== WHAT THIS TASK INVOLVES ==
Would you please return the lines of the entries below starting at the line that has "#121=FACE_BOUND('',#120,.T.);" and ending at the line that has "#130=CARTESIAN_POINT('',(-231.261848,2166.551577,0.));", both included, exactly as they are?

DATA SUPPLIED section start

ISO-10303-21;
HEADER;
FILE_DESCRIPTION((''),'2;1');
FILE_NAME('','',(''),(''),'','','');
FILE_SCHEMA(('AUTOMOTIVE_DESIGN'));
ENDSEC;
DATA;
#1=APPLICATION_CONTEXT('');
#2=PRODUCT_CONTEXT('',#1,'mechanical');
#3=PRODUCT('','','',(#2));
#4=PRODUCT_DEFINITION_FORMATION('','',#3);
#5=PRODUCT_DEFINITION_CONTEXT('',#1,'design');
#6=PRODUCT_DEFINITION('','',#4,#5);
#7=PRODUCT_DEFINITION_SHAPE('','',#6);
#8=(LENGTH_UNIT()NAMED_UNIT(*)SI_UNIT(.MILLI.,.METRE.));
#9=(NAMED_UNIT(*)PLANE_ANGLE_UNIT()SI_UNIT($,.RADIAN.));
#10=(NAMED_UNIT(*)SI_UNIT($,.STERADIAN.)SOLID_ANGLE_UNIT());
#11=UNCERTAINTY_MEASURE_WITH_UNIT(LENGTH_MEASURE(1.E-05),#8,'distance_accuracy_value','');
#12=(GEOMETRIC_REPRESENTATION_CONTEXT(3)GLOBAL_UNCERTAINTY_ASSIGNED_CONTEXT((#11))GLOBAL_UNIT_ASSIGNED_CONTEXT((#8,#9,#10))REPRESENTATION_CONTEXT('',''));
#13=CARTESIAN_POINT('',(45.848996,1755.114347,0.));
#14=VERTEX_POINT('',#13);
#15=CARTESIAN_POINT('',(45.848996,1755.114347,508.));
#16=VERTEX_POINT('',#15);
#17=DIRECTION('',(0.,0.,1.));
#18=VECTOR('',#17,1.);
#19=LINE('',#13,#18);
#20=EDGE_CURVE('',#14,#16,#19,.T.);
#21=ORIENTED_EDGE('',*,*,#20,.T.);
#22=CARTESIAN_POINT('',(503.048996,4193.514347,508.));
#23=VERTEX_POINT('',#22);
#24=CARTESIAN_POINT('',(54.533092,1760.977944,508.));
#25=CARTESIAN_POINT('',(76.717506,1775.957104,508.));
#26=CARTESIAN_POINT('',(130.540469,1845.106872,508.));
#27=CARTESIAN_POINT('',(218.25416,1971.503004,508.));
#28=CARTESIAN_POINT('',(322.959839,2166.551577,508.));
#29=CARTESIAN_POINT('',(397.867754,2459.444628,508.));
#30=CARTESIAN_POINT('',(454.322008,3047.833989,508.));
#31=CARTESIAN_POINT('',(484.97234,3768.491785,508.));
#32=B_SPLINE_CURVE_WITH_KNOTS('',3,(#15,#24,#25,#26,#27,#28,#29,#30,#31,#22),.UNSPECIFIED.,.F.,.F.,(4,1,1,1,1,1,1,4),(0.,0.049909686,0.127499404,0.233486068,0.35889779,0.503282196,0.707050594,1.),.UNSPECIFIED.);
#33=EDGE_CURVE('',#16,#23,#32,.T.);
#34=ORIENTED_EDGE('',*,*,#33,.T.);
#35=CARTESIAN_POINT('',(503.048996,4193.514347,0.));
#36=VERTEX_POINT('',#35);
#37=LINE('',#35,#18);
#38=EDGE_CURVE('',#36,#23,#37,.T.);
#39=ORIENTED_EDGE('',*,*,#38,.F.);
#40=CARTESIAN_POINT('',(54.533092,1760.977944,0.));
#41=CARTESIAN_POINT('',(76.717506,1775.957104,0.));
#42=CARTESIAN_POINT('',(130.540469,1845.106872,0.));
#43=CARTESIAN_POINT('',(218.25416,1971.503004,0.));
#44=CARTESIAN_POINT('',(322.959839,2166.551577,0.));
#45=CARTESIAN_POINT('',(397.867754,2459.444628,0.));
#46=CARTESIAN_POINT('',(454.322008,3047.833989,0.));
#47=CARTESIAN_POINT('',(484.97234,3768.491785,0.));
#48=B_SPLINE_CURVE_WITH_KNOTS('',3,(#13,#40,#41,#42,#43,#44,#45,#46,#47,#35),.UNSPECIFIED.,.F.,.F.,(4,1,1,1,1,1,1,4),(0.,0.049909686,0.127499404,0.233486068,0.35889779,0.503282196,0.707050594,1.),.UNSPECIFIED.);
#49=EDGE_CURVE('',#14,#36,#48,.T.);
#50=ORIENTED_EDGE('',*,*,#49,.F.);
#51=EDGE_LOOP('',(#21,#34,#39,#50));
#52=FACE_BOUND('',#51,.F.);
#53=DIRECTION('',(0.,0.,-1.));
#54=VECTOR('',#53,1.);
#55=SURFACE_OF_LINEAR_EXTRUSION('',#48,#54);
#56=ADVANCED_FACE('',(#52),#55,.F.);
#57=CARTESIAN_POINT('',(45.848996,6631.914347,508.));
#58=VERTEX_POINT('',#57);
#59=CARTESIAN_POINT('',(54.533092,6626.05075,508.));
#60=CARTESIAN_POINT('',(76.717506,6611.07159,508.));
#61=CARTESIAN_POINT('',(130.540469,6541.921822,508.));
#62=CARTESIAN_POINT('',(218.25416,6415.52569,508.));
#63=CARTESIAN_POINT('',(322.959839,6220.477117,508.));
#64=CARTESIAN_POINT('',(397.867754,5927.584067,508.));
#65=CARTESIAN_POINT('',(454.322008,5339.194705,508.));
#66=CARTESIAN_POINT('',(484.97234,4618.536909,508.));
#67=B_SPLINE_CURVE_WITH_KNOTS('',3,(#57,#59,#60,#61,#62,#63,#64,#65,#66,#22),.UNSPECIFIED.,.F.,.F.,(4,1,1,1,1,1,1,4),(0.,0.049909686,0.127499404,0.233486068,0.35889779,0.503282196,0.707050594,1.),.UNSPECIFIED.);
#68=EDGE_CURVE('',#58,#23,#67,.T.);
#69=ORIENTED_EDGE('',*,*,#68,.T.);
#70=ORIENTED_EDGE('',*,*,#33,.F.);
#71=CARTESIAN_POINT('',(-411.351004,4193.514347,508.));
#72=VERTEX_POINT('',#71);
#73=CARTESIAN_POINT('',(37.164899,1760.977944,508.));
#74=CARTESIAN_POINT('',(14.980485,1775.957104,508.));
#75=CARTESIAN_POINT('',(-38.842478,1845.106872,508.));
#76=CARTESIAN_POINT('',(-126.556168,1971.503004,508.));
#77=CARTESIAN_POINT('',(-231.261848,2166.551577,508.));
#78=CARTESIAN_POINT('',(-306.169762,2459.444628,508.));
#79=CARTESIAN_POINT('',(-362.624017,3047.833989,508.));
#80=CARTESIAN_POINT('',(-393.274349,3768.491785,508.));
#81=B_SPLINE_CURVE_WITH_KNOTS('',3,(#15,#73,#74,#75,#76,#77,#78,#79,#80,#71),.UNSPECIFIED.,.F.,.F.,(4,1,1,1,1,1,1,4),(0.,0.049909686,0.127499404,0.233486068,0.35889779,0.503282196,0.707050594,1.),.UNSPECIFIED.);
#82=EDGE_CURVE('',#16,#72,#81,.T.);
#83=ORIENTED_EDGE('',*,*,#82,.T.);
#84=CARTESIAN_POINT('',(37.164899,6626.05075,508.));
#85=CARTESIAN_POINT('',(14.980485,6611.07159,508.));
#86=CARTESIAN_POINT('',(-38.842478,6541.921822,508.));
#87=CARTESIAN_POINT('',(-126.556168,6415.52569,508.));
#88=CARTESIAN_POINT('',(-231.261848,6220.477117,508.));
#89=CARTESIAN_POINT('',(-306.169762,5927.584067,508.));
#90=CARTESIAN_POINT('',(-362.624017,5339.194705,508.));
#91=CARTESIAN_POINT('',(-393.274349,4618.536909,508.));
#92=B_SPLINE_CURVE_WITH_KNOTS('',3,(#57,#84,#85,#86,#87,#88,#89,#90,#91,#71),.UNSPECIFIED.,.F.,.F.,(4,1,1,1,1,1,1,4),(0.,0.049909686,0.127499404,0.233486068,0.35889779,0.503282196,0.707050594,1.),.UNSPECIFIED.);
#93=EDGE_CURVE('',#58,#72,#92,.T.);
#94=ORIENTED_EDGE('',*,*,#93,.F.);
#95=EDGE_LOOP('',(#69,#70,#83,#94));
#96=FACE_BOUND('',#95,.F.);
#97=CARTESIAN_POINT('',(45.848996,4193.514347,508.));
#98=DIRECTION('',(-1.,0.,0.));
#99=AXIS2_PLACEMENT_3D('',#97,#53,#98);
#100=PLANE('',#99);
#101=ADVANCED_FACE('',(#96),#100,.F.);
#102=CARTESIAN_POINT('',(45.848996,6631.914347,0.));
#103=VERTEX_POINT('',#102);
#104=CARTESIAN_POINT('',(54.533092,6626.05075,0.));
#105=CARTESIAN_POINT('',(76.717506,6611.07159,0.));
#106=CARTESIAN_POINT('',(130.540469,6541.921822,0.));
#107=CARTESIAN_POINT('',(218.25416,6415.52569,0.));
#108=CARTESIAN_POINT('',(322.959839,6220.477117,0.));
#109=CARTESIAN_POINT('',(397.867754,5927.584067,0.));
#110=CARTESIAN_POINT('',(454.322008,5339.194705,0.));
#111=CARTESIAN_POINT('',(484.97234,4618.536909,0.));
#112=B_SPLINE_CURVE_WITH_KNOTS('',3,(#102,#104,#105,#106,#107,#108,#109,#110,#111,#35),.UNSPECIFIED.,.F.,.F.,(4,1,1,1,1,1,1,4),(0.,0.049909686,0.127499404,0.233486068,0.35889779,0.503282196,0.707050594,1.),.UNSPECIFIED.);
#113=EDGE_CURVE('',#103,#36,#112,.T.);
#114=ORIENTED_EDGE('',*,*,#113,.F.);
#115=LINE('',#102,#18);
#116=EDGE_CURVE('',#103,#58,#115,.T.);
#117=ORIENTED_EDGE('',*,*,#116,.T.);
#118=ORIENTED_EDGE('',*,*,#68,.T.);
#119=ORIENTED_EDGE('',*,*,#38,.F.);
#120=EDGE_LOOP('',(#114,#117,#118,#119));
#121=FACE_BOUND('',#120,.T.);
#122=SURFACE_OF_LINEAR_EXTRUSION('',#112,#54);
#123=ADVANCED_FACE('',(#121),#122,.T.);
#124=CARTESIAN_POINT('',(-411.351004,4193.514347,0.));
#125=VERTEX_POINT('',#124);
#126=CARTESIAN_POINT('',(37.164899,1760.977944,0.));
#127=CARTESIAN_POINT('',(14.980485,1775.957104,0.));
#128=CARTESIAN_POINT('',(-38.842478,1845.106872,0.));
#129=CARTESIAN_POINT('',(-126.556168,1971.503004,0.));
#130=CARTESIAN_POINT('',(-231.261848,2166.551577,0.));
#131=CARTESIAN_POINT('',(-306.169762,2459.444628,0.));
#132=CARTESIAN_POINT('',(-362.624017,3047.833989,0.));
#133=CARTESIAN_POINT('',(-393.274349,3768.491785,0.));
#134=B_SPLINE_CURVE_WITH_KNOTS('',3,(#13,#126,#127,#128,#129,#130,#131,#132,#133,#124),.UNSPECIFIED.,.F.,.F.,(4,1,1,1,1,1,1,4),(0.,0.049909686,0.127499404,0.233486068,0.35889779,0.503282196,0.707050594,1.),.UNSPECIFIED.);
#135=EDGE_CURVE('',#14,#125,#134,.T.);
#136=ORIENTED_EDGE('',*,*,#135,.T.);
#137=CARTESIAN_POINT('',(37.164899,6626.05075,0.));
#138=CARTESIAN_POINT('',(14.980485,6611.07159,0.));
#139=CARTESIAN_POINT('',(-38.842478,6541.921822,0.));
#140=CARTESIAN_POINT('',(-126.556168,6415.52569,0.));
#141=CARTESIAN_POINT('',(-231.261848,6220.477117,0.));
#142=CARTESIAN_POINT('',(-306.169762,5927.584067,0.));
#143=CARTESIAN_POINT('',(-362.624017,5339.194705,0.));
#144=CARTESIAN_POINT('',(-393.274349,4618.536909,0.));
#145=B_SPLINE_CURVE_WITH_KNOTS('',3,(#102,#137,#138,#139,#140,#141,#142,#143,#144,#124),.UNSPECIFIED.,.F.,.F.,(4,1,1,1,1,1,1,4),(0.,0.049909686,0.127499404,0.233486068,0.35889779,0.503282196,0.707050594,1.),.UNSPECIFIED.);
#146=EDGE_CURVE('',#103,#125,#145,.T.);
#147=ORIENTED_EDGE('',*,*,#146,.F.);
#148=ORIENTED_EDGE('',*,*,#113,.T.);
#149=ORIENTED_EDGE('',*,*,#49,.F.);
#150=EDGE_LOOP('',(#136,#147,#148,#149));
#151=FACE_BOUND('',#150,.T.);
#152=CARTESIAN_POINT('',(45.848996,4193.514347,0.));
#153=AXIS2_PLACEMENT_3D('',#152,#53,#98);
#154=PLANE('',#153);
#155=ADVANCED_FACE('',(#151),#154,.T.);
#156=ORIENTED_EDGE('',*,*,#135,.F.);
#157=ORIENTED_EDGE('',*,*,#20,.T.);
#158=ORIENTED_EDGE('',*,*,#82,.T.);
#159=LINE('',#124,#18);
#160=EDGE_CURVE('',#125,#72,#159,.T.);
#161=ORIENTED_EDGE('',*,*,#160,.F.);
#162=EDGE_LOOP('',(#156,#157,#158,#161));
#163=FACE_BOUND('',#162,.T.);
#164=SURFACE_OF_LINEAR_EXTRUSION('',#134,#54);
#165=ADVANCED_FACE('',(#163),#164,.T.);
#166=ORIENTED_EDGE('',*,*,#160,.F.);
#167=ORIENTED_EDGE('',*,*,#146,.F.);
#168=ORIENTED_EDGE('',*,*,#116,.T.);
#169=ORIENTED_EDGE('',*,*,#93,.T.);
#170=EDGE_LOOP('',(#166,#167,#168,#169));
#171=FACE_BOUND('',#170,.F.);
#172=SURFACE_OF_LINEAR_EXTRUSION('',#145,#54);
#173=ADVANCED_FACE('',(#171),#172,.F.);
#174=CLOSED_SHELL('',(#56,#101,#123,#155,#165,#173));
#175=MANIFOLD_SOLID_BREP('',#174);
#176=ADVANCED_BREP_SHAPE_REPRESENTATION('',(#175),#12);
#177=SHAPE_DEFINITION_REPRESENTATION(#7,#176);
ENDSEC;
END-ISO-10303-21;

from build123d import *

# Parameters (mm, degrees)
F1_DEPTH = 508


with BuildPart() as f1:
    # F0 (on Top) → F1 (new body)
    with BuildSketch(Plane.XY):
        with BuildLine():
            add(Edge.make_bspline(
                [(45.8489955951, 6631.9143470764), (54.5330922301, 6626.050749809), (76.7175061698, 6611.0715902689), (130.5404693293, 6541.9218219737), (218.2541596105, 6415.5256902784), (322.9598386957, 6220.4771171922), (397.8677535598, 5927.5840665674), (454.3220083661, 5339.1947052417), (484.972340268, 4618.5369090549), (503.0489955951, 4193.5143470764)],
                knots=[0, 0, 0, 0, 0.0499096863, 0.1274994036, 0.2334860676, 0.3588977899, 0.5032821963, 0.7070505937, 1, 1, 1, 1], degree=3))
            add(Edge.make_bspline(
                [(45.8489955951, 6631.9143470764), (37.1648989601, 6626.050749809), (14.9804850204, 6611.0715902689), (-38.8424781392, 6541.9218219737), (-126.5561684204, 6415.5256902784), (-231.2618475055, 6220.4771171922), (-306.1697623696, 5927.5840665674), (-362.624017176, 5339.1947052417), (-393.2743490778, 4618.5369090549), (-411.3510044049, 4193.5143470764)],
                knots=[0, 0, 0, 0, 0.0499096863, 0.1274994036, 0.2334860676, 0.3588977899, 0.5032821963, 0.7070505937, 1, 1, 1, 1], degree=3))
            add(Edge.make_bspline(
                [(45.8489955951, 1755.1143470764), (37.1648989601, 1760.9779443439), (14.9804850204, 1775.957103884), (-38.8424781392, 1845.1068721792), (-126.5561684204, 1971.5030038744), (-231.2618475055, 2166.5515769607), (-306.1697623696, 2459.4446275854), (-362.624017176, 3047.8339889111), (-393.2743490778, 3768.4917850979), (-411.3510044049, 4193.5143470764)],
                knots=[0, 0, 0, 0, 0.0499096863, 0.1274994036, 0.2334860676, 0.3588977899, 0.5032821963, 0.7070505937, 1, 1, 1, 1], degree=3))
            add(Edge.make_bspline(
                [(45.8489955951, 1755.1143470764), (54.5330922301, 1760.9779443439), (76.7175061698, 1775.957103884), (130.5404693293, 1845.1068721792), (218.2541596105, 1971.5030038744), (322.9598386957, 2166.5515769607), (397.8677535598, 2459.4446275854), (454.3220083661, 3047.8339889111), (484.972340268, 3768.4917850979), (503.0489955951, 4193.5143470764)],
                knots=[0, 0, 0, 0, 0.0499096863, 0.1274994036, 0.2334860676, 0.3588977899, 0.5032821963, 0.7070505937, 1, 1, 1, 1], degree=3))
        make_face()
    extrude(amount=F1_DEPTH)


solid = f1.part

DATA SUPPLIED section end

== RESULT OF THIS TASK ==
#121=FACE_BOUND('',#120,.T.);
#122=SURFACE_OF_LINEAR_EXTRUSION('',#112,#54);
#123=ADVANCED_FACE('',(#121),#122,.T.);
#124=CARTESIAN_POINT('',(-411.351004,4193.514347,0.));
#125=VERTEX_POINT('',#124);
#126=CARTESIAN_POINT('',(37.164899,1760.977944,0.));
#127=CARTESIAN_POINT('',(14.980485,1775.957104,0.));
#128=CARTESIAN_POINT('',(-38.842478,1845.106872,0.));
#129=CARTESIAN_POINT('',(-126.556168,1971.503004,0.));
#130=CARTESIAN_POINT('',(-231.261848,2166.551577,0.));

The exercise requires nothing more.